--- Data to process Enclosed Below ---

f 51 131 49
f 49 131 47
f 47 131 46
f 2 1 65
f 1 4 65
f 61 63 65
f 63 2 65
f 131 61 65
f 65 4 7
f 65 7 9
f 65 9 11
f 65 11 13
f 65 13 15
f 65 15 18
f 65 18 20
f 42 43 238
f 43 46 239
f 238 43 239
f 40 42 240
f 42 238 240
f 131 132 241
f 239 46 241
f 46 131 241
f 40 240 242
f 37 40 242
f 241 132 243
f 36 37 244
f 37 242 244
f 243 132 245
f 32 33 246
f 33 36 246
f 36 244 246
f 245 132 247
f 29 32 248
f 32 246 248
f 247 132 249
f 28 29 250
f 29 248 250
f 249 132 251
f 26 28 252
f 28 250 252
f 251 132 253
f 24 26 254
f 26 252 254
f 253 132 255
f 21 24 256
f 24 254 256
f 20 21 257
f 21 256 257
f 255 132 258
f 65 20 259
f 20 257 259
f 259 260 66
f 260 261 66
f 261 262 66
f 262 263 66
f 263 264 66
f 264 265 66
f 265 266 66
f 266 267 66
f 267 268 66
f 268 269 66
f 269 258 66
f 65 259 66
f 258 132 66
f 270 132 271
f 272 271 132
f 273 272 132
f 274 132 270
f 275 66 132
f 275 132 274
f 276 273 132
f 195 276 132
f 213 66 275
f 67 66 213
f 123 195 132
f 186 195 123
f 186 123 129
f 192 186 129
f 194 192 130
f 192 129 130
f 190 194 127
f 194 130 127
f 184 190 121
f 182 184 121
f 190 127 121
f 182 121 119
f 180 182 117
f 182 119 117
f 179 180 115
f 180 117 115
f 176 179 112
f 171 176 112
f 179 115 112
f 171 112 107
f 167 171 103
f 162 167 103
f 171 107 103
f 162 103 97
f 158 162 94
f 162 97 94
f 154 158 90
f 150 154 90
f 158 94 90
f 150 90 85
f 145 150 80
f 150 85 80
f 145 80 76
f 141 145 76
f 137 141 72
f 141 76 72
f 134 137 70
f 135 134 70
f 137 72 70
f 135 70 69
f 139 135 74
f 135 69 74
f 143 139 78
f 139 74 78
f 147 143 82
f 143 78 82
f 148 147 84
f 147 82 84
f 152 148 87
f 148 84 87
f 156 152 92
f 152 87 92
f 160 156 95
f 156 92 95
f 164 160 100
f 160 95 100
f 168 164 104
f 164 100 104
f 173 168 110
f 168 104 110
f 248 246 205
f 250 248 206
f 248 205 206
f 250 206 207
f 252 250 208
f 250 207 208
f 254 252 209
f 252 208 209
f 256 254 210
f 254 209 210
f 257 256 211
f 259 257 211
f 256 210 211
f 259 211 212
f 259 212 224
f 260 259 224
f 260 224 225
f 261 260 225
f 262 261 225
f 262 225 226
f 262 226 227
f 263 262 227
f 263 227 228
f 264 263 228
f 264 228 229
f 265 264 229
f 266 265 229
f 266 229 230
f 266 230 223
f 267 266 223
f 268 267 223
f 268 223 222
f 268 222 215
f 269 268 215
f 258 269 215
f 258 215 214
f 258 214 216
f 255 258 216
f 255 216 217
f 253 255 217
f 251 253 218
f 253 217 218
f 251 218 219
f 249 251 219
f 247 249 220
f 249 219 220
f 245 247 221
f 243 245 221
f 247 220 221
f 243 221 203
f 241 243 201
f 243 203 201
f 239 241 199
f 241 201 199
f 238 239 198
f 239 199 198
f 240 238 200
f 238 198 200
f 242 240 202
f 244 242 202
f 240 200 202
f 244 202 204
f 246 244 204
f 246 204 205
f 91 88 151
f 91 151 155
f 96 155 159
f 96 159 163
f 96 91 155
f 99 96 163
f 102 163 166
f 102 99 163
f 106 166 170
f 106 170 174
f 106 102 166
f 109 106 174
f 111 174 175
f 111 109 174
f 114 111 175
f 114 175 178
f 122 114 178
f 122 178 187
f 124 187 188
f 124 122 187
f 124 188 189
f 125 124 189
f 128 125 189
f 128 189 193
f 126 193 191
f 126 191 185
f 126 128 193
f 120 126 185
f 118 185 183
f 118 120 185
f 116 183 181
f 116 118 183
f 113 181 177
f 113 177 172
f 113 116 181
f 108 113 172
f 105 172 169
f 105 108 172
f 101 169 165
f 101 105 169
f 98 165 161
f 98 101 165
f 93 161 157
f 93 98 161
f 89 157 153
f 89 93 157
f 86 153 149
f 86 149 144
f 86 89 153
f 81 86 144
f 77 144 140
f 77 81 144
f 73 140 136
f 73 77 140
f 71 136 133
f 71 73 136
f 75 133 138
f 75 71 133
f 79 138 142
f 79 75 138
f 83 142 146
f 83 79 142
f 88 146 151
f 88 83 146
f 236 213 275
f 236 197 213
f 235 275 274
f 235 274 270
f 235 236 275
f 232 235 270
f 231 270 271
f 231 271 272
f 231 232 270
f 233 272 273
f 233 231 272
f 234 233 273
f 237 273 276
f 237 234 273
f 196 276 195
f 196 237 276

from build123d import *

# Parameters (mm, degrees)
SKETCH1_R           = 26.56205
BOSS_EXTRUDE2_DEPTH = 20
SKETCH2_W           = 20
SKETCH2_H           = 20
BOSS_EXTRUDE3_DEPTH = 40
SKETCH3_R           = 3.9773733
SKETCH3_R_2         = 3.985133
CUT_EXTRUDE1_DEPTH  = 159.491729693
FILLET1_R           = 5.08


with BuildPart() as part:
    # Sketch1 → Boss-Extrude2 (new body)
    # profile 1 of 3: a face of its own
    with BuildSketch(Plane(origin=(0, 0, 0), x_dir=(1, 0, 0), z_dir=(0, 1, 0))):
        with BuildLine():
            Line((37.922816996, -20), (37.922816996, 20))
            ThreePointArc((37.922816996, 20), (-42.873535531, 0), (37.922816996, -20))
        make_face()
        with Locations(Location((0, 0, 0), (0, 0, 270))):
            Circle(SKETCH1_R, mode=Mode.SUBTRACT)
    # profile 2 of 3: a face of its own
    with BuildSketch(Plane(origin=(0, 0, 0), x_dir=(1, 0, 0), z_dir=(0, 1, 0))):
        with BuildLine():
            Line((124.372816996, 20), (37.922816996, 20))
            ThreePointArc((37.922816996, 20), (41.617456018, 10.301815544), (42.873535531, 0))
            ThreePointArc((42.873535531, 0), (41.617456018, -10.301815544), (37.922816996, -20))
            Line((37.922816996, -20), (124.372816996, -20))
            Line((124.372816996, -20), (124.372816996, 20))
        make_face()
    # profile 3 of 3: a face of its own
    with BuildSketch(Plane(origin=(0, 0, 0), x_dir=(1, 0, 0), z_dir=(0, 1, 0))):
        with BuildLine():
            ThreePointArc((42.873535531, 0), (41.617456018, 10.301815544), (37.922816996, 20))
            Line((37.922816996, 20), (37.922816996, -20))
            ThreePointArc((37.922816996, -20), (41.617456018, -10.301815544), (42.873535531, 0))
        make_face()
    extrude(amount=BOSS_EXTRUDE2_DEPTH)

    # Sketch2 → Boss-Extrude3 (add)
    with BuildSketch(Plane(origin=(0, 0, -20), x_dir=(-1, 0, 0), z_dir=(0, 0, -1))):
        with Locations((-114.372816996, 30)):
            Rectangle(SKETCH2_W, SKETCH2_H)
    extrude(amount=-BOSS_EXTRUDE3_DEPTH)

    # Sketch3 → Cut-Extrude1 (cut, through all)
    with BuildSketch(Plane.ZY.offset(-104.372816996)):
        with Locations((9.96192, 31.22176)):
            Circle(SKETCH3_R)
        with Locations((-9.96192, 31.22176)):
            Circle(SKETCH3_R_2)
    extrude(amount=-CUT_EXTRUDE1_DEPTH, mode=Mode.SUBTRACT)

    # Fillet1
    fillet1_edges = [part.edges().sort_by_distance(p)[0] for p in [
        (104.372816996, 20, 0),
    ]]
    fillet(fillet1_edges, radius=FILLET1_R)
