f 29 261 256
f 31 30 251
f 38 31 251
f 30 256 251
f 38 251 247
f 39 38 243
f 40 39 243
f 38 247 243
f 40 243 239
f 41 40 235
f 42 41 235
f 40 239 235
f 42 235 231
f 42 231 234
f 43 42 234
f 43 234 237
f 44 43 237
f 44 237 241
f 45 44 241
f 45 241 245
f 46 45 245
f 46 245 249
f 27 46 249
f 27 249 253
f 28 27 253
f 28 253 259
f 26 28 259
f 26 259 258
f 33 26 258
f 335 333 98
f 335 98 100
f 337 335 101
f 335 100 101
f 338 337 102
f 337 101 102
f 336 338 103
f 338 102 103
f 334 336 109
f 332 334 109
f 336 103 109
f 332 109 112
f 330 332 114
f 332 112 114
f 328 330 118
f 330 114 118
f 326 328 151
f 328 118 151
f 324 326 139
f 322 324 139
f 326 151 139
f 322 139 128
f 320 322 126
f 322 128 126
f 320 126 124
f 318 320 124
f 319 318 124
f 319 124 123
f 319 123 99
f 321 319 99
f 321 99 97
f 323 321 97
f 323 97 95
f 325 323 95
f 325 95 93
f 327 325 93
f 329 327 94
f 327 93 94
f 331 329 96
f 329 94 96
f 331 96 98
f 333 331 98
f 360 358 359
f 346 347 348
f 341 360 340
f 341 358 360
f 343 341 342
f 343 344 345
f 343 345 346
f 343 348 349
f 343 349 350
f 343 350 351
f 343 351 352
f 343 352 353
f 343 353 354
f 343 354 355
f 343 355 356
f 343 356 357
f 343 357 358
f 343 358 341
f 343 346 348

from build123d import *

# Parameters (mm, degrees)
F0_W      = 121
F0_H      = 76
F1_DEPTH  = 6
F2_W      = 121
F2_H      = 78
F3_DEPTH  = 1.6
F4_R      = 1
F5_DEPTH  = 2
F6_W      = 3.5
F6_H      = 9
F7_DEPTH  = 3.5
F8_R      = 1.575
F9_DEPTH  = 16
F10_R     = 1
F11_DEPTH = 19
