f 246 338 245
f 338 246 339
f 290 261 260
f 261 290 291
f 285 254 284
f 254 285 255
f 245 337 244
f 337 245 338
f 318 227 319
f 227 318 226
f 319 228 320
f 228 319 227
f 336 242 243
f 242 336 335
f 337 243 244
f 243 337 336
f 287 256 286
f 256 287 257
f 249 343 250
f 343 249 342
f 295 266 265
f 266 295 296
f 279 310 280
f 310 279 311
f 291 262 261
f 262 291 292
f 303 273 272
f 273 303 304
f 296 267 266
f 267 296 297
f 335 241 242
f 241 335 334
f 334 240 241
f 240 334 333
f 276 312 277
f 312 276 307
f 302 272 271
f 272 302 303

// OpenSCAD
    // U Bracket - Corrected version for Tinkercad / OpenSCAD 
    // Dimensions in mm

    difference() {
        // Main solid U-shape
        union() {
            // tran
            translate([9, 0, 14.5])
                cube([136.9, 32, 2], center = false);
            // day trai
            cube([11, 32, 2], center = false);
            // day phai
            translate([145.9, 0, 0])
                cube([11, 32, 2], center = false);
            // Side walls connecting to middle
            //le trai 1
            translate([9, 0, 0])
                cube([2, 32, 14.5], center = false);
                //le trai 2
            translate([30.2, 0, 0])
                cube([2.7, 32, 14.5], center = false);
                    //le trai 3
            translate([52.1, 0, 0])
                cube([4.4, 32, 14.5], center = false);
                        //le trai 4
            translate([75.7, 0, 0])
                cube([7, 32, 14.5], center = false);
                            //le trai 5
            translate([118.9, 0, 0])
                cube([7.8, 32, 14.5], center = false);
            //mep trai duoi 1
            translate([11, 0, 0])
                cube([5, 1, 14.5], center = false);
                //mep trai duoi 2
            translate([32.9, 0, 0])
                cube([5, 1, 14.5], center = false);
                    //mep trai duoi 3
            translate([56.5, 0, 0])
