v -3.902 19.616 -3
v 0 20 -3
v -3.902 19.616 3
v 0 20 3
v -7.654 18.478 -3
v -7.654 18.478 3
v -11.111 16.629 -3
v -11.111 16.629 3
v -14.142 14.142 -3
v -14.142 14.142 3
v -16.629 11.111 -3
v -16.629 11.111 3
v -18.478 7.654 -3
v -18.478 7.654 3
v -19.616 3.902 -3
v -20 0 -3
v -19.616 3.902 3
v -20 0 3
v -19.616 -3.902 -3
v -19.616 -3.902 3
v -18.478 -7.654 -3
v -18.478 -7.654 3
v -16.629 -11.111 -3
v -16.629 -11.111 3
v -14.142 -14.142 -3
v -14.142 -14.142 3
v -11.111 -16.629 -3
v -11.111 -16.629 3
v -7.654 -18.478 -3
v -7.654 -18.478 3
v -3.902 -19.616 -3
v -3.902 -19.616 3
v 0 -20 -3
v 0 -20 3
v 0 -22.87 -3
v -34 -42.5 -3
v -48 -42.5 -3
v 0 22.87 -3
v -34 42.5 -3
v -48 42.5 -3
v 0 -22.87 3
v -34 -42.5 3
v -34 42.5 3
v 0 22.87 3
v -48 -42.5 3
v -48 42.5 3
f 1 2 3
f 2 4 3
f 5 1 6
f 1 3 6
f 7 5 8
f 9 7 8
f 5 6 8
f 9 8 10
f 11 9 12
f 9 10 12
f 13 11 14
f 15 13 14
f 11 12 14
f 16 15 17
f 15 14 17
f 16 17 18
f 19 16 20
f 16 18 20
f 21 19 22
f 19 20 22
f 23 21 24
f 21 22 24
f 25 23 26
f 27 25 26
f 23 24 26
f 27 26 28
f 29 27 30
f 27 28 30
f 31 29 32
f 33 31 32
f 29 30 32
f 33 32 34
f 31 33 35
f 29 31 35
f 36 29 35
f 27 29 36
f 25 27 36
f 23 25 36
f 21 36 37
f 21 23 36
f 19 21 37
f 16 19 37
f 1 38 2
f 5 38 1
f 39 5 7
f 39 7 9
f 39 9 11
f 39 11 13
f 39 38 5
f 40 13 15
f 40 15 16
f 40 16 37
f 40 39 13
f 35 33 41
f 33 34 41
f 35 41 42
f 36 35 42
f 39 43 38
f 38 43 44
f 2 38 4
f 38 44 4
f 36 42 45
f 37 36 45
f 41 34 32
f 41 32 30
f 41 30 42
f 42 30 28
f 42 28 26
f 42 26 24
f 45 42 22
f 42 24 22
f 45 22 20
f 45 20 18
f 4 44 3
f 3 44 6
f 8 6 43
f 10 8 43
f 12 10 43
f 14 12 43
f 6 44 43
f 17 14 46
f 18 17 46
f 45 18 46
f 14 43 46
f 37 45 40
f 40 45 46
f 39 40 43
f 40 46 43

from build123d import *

# Parameters (mm, degrees)
BOSS_EXTRUDE1_DEPTH = 3


with BuildPart() as part:
    # Sketch1 → Boss-Extrude1 (new, symmetric)
    with BuildSketch(Plane.XY):
        with BuildLine():
            Line((-48, -42.5), (-48, 42.5))
            Line((-48, 42.5), (-34, 42.5))
            Line((-34, 42.5), (0, 22.870090848))
            Line((0, 22.870090848), (0, 20))
            ThreePointArc((0, 20), (-20, 0), (0, -20))
            Line((0, -20), (0, -22.870090848))
            Line((0, -22.870090848), (-34, -42.5))
            Line((-34, -42.5), (-48, -42.5))
        make_face()
    extrude(amount=BOSS_EXTRUDE1_DEPTH, both=True)


solid = part.part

--- End of Enclosed Data to process ---

-- Exercise goal --
In the material above, find every line with the word "duoi" and show it.

-- Solution to the exercise --
            //mep trai duoi 1
                //mep trai duoi 2
                    //mep trai duoi 3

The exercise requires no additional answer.